** DATA RECORDS follows **
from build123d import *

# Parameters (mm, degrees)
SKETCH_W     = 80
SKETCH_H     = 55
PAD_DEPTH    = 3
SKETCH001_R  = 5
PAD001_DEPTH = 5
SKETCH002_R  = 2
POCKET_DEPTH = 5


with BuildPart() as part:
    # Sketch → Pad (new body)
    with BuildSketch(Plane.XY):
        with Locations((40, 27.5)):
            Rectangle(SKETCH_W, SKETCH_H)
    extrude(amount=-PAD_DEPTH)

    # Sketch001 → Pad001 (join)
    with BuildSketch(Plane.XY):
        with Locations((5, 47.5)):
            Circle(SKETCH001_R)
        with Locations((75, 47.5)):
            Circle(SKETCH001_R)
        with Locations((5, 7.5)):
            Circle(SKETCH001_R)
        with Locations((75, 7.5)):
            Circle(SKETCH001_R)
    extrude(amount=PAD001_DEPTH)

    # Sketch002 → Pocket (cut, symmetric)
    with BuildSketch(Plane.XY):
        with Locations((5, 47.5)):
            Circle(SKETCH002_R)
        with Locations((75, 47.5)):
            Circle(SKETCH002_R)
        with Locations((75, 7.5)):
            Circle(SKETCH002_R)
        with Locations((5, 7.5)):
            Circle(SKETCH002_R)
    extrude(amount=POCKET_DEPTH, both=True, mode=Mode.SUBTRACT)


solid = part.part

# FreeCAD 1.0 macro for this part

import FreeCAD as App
import Part
import Sketcher
from FreeCAD import Vector

doc = App.newDocument("Part")
body = doc.addObject("PartDesign::Body", "Body")

# Sketch on XY plane
sketch1 = body.newObject("Sketcher::SketchObject", "Sketch")
sketch1.AttachmentSupport = (doc.getObject("XY_Plane"), [""])
sketch1.MapMode = "FlatFace"
sketch1.addGeometry(Part.LineSegment(Vector(0, 55, 0), Vector(0, 0, 0)), False)
sketch1.addGeometry(Part.LineSegment(Vector(0, 0, 0), Vector(80, 0, 0)), False)
sketch1.addGeometry(Part.LineSegment(Vector(80, 0, 0), Vector(80, 55, 0)), False)
sketch1.addGeometry(Part.LineSegment(Vector(80, 55, 0), Vector(0, 55, 0)), False)
sketch1.addConstraint(Sketcher.Constraint("Coincident", 0, 2, 1, 1))
sketch1.addConstraint(Sketcher.Constraint("Coincident", 1, 2, 2, 1))
sketch1.addConstraint(Sketcher.Constraint("Coincident", 2, 2, 3, 1))
sketch1.addConstraint(Sketcher.Constraint("Coincident", 3, 2, 0, 1))
sketch1.addConstraint(Sketcher.Constraint("Vertical", 0))
sketch1.addConstraint(Sketcher.Constraint("Horizontal", 1))
sketch1.addConstraint(Sketcher.Constraint("Vertical", 2))
sketch1.addConstraint(Sketcher.Constraint("Horizontal", 3))
sketch1.addConstraint(Sketcher.Constraint("Coincident", 0, 2, -1, 1))
sketch1.addConstraint(Sketcher.Constraint("DistanceX", 1, 1, 1, 2, 80.0))
sketch1.addConstraint(Sketcher.Constraint("DistanceY", 0, 2, 0, 1, 55.0))
pad1 = body.newObject("PartDesign::Pad", "Pad")
pad1.Profile = sketch1
pad1.Length = 3
pad1.Reversed = True

# Sketch on XY plane
sketch2 = body.newObject("Sketcher::SketchObject", "Sketch001")
sketch2.AttachmentSupport = (doc.getObject("XY_Plane"), [""])
sketch2.MapMode = "FlatFace"
sketch2.addGeometry(Part.Circle(Vector(5, 47.5, 0), Vector(0, 0, 1), 5), False)
sketch2.addGeometry(Part.Circle(Vector(75, 47.5, 0), Vector(0, 0, 1), 5), False)
sketch2.addGeometry(Part.Circle(Vector(5, 7.5, 0), Vector(0, 0, 1), 5), False)
sketch2.addGeometry(Part.Circle(Vector(75, 7.5, 0), Vector(0, 0, 1), 5), False)
sketch2.addConstraint(Sketcher.Constraint("Equal", 0, 1))
sketch2.addConstraint(Sketcher.Constraint("Equal", 1, 2))
sketch2.addConstraint(Sketcher.Constraint("Equal", 2, 3))
sketch2.addConstraint(Sketcher.Constraint("Horizontal", 0, 3, 1, 3))
sketch2.addConstraint(Sketcher.Constraint("Horizontal", 2, 3, 3, 3))
sketch2.addConstraint(Sketcher.Constraint("Vertical", 0, 3, 2, 3))
sketch2.addConstraint(Sketcher.Constraint("Vertical", 1, 3, 3, 3))
sketch2.addConstraint(Sketcher.Constraint("Diameter", 0, 10.0))
sketch2.addConstraint(Sketcher.Constraint("DistanceX", -1, 1, 0, 3, 5.0))
sketch2.addConstraint(Sketcher.Constraint("DistanceX", -1, 1, 1, 3, 75.0))
sketch2.addConstraint(Sketcher.Constraint("DistanceY", 2, 3, 0, 3, 40.0))
sketch2.addConstraint(Sketcher.Constraint("DistanceY", -1, 1, 0, 3, 47.5))
pad2 = body.newObject("PartDesign::Pad", "Pad001")
pad2.Profile = sketch2
pad2.Length = 5

# Sketch on XY plane
sketch3 = body.newObject("Sketcher::SketchObject", "Sketch002")
sketch3.AttachmentSupport = (doc.getObject("XY_Plane"), [""])
sketch3.MapMode = "FlatFace"
sketch3.addGeometry(Part.Circle(Vector(5, 47.5, 0), Vector(0, 0, 1), 2), False)
sketch3.addGeometry(Part.Circle(Vector(75, 47.5, 0), Vector(0, 0, 1), 2), False)
sketch3.addGeometry(Part.Circle(Vector(75, 7.5, 0), Vector(0, 0, 1), 2), False)
sketch3.addGeometry(Part.Circle(Vector(5, 7.5, 0), Vector(0, 0, 1), 2), False)
sketch3.addConstraint(Sketcher.Constraint("Equal", 0, 1))
sketch3.addConstraint(Sketcher.Constraint("Equal", 1, 2))
sketch3.addConstraint(Sketcher.Constraint("Equal", 2, 3))
sketch3.addConstraint(Sketcher.Constraint("Horizontal", 0, 3, 1, 3))
sketch3.addConstraint(Sketcher.Constraint("Horizontal", 2, 3, 3, 3))
sketch3.addConstraint(Sketcher.Constraint("Vertical", 1, 3, 2, 3))
sketch3.addConstraint(Sketcher.Constraint("Vertical", 0, 3, 3, 3))
sketch3.addConstraint(Sketcher.Constraint("Diameter", 0, 4.0))
sketch3.addConstraint(Sketcher.Constraint("DistanceX", -1, 1, 0, 3, 5.0))
sketch3.addConstraint(Sketcher.Constraint("DistanceX", -1, 1, 1, 3, 75.0))
sketch3.addConstraint(Sketcher.Constraint("DistanceY", 2, 3, 1, 3, 40.0))
sketch3.addConstraint(Sketcher.Constraint("DistanceY", -1, 1, 0, 3, 47.5))
pocket1 = body.newObject("PartDesign::Pocket", "Pocket")
pocket1.Profile = sketch3
pocket1.Length = 10
pocket1.Midplane = True

doc.recompute()
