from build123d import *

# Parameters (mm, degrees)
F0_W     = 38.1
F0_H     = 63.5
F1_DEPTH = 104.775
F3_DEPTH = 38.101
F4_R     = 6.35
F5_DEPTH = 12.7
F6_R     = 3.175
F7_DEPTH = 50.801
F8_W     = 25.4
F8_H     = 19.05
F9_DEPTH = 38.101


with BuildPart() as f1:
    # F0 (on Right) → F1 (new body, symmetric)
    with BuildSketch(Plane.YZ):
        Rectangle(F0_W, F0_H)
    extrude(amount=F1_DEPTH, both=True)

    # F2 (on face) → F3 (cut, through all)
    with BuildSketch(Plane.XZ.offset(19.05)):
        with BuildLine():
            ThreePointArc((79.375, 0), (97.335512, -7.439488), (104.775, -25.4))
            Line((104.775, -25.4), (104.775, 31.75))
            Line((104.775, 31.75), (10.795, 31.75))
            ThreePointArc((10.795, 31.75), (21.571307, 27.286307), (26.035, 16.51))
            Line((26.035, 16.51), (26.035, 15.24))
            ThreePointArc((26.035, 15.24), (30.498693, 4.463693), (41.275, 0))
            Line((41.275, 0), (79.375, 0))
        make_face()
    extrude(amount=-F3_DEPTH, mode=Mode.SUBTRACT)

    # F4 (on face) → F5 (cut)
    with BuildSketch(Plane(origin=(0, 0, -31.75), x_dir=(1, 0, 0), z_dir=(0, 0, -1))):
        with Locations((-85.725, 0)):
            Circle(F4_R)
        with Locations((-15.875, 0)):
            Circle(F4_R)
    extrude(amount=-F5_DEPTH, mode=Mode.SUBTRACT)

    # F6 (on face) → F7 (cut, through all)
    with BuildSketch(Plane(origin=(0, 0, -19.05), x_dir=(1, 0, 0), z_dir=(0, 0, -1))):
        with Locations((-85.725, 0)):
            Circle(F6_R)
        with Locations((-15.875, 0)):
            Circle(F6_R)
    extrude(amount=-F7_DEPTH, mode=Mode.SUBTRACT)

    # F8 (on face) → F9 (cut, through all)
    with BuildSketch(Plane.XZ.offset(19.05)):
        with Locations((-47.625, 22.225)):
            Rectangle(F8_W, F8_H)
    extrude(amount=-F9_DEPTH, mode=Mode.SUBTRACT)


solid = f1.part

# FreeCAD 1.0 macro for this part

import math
import FreeCAD as App
import Part
import Sketcher

V = App.Vector
Q = App.Units.Quantity

doc = App.newDocument("Part")
body = doc.addObject("PartDesign::Body", "Body")

sketch1 = body.newObject("Sketcher::SketchObject", "Sketch")
sketch1.AttachmentSupport = (doc.getObject("YZ_Plane"), [""])
sketch1.MapMode = "FlatFace"
sketch1.addGeometry([
    Part.LineSegment(V(-19, 32, 0), V(-19, -32, 0)),
    Part.LineSegment(V(-19, -32, 0), V(19, -32, 0)),
    Part.LineSegment(V(19, -32, 0), V(19, 32, 0)),
    Part.LineSegment(V(19, 32, 0), V(-19, 32, 0)),
], False)
sketch1.addConstraint([
    Sketcher.Constraint("Coincident", 0, 2, 1, 1),
    Sketcher.Constraint("Coincident", 1, 2, 2, 1),
    Sketcher.Constraint("Coincident", 2, 2, 3, 1),
    Sketcher.Constraint("Coincident", 3, 2, 0, 1),
    Sketcher.Constraint("Vertical", 0),
    Sketcher.Constraint("Horizontal", 1),
    Sketcher.Constraint("Vertical", 2),
    Sketcher.Constraint("Horizontal", 3),
    Sketcher.Constraint("Symmetric", 0, 2, 2, 2, -1, 1),
    Sketcher.Constraint("DistanceX", 1, 1, 1, 2, Q("1.5 in")),
    Sketcher.Constraint("DistanceY", 0, 2, 0, 1, Q("2.5 in")),
])
pad1 = body.newObject("PartDesign::Pad", "Pad")
pad1.Profile = sketch1
pad1.Length = Q("8.25 in")
pad1.Midplane = True

sketch2 = body.newObject("Sketcher::SketchObject", "Sketch001")
sketch2.AttachmentSupport = (doc.getObject("XZ_Plane"), [""])
sketch2.MapMode = "FlatFace"
sketch2.AttachmentOffset = App.Placement(V(0, 0, 0.75 * 25.4), App.Rotation())
sketch2.addGeometry([
    Part.ArcOfCircle(Part.Circle(V(79.4, -25.4, 0), V(0, 0, 1), 25.4), math.radians(0), math.radians(90)),
    Part.LineSegment(V(104.8, -25.4, 0), V(104.8, 31.8, 0)),
    Part.LineSegment(V(104.8, 31.8, 0), V(10.8, 31.8, 0)),
    Part.ArcOfCircle(Part.Circle(V(10.8, 16.5, 0), V(0, 0, 1), 15.2), math.radians(0), math.radians(90)),
    Part.LineSegment(V(26, 16.5, 0), V(26, 15.2, 0)),
    Part.ArcOfCircle(Part.Circle(V(41.3, 15.2, 0), V(0, 0, 1), 15.2), math.radians(-180), math.radians(-90)),
    Part.LineSegment(V(41.3, 0, 0), V(79.4, 0, 0)),
], False)
sketch2.addConstraint([
    Sketcher.Constraint("Tangent", 0, 1, 1, 1),
    Sketcher.Constraint("Coincident", 1, 2, 2, 1),
    Sketcher.Constraint("Tangent", 2, 2, 3, 2),
    Sketcher.Constraint("Tangent", 3, 1, 4, 1),
    Sketcher.Constraint("Tangent", 4, 2, 5, 1),
    Sketcher.Constraint("Tangent", 5, 2, 6, 1),
    Sketcher.Constraint("Tangent", 6, 2, 0, 2),
    Sketcher.Constraint("Vertical", 1),
    Sketcher.Constraint("Horizontal", 2),
    Sketcher.Constraint("Vertical", 4),
    Sketcher.Constraint("Horizontal", 6),
    Sketcher.Constraint("Equal", 3, 5),
    Sketcher.Constraint("PointOnObject", 5, 2, -1),
    Sketcher.Constraint("Radius", 0, Q("1 in")),
    Sketcher.Constraint("Radius", 3, Q("0.6 in")),
    Sketcher.Constraint("DistanceX", 2, 2, 2, 1, Q("3.7 in")),
    Sketcher.Constraint("DistanceY", 1, 1, 1, 2, Q("2.25 in")),
    Sketcher.Constraint("DistanceX", -1, 1, 0, 3, Q("3.125 in")),
])
pocket1 = body.newObject("PartDesign::Pocket", "Pocket")
pocket1.Profile = sketch2
pocket1.Type = "ThroughAll"

sketch3 = body.newObject("Sketcher::SketchObject", "Sketch002")
sketch3.AttachmentSupport = (doc.getObject("XY_Plane"), [""])
sketch3.MapMode = "FlatFace"
sketch3.AttachmentOffset = App.Placement(V(0, 0, -1.25 * 25.4), App.Rotation())
sketch3.addGeometry([
    Part.Circle(V(-86, 0, 0), V(0, 0, 1), 6),
    Part.Circle(V(-16, 0, 0), V(0, 0, 1), 6),
], False)
sketch3.addConstraint([
    Sketcher.Constraint("Equal", 0, 1),
    Sketcher.Constraint("PointOnObject", 0, 3, -1),
    Sketcher.Constraint("PointOnObject", 1, 3, -1),
    Sketcher.Constraint("Diameter", 0, Q("0.5 in")),
    Sketcher.Constraint("DistanceX", 0, 3, 1, 3, Q("2.75 in")),
    Sketcher.Constraint("DistanceX", 0, 3, -1, 1, Q("3.375 in")),
])
pocket2 = body.newObject("PartDesign::Pocket", "Pocket001")
pocket2.Profile = sketch3
pocket2.Length = Q("0.5 in")
pocket2.Reversed = True

sketch4 = body.newObject("Sketcher::SketchObject", "Sketch003")
sketch4.AttachmentSupport = (doc.getObject("XY_Plane"), [""])
sketch4.MapMode = "FlatFace"
sketch4.AttachmentOffset = App.Placement(V(0, 0, -0.75 * 25.4), App.Rotation())
sketch4.addGeometry([
    Part.Circle(V(-85.7, 0, 0), V(0, 0, 1), 3.2),
    Part.Circle(V(-15.9, 0, 0), V(0, 0, 1), 3.2),
], False)
sketch4.addConstraint([
    Sketcher.Constraint("Equal", 0, 1),
    Sketcher.Constraint("PointOnObject", 0, 3, -1),
    Sketcher.Constraint("PointOnObject", 1, 3, -1),
    Sketcher.Constraint("Diameter", 0, Q("0.25 in")),
    Sketcher.Constraint("DistanceX", 0, 3, 1, 3, Q("2.75 in")),
    Sketcher.Constraint("DistanceX", 0, 3, -1, 1, Q("3.375 in")),
])
pocket3 = body.newObject("PartDesign::Pocket", "Pocket002")
pocket3.Profile = sketch4
pocket3.Type = "ThroughAll"
pocket3.Reversed = True

sketch5 = body.newObject("Sketcher::SketchObject", "Sketch004")
sketch5.AttachmentSupport = (doc.getObject("XZ_Plane"), [""])
sketch5.MapMode = "FlatFace"
sketch5.AttachmentOffset = App.Placement(V(0, 0, 0.75 * 25.4), App.Rotation())
sketch5.addGeometry([
    Part.LineSegment(V(-60, 32, 0), V(-60, 13, 0)),
    Part.LineSegment(V(-60, 13, 0), V(-35, 13, 0)),
    Part.LineSegment(V(-35, 13, 0), V(-35, 32, 0)),
    Part.LineSegment(V(-35, 32, 0), V(-60, 32, 0)),
], False)
sketch5.addConstraint([
    Sketcher.Constraint("Coincident", 0, 2, 1, 1),
    Sketcher.Constraint("Coincident", 1, 2, 2, 1),
    Sketcher.Constraint("Coincident", 2, 2, 3, 1),
    Sketcher.Constraint("Coincident", 3, 2, 0, 1),
    Sketcher.Constraint("Vertical", 0),
    Sketcher.Constraint("Horizontal", 1),
    Sketcher.Constraint("Vertical", 2),
    Sketcher.Constraint("Horizontal", 3),
    Sketcher.Constraint("DistanceX", 1, 1, 1, 2, Q("1 in")),
    Sketcher.Constraint("DistanceY", 0, 2, 0, 1, Q("0.75 in")),
    Sketcher.Constraint("DistanceY", -1, 1, 0, 2, Q("0.5 in")),
    Sketcher.Constraint("DistanceX", 0, 2, -1, 1, Q("2.375 in")),
])
pocket4 = body.newObject("PartDesign::Pocket", "Pocket003")
pocket4.Profile = sketch5
pocket4.Type = "ThroughAll"

doc.recompute()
** End of DATA RECORDS **
### WHAT YOU NEED TO DO:
Tally the lines above in which the string "ThreePointArc" occurs, and give the total with nothing added.

### ANSWER SECTION:
3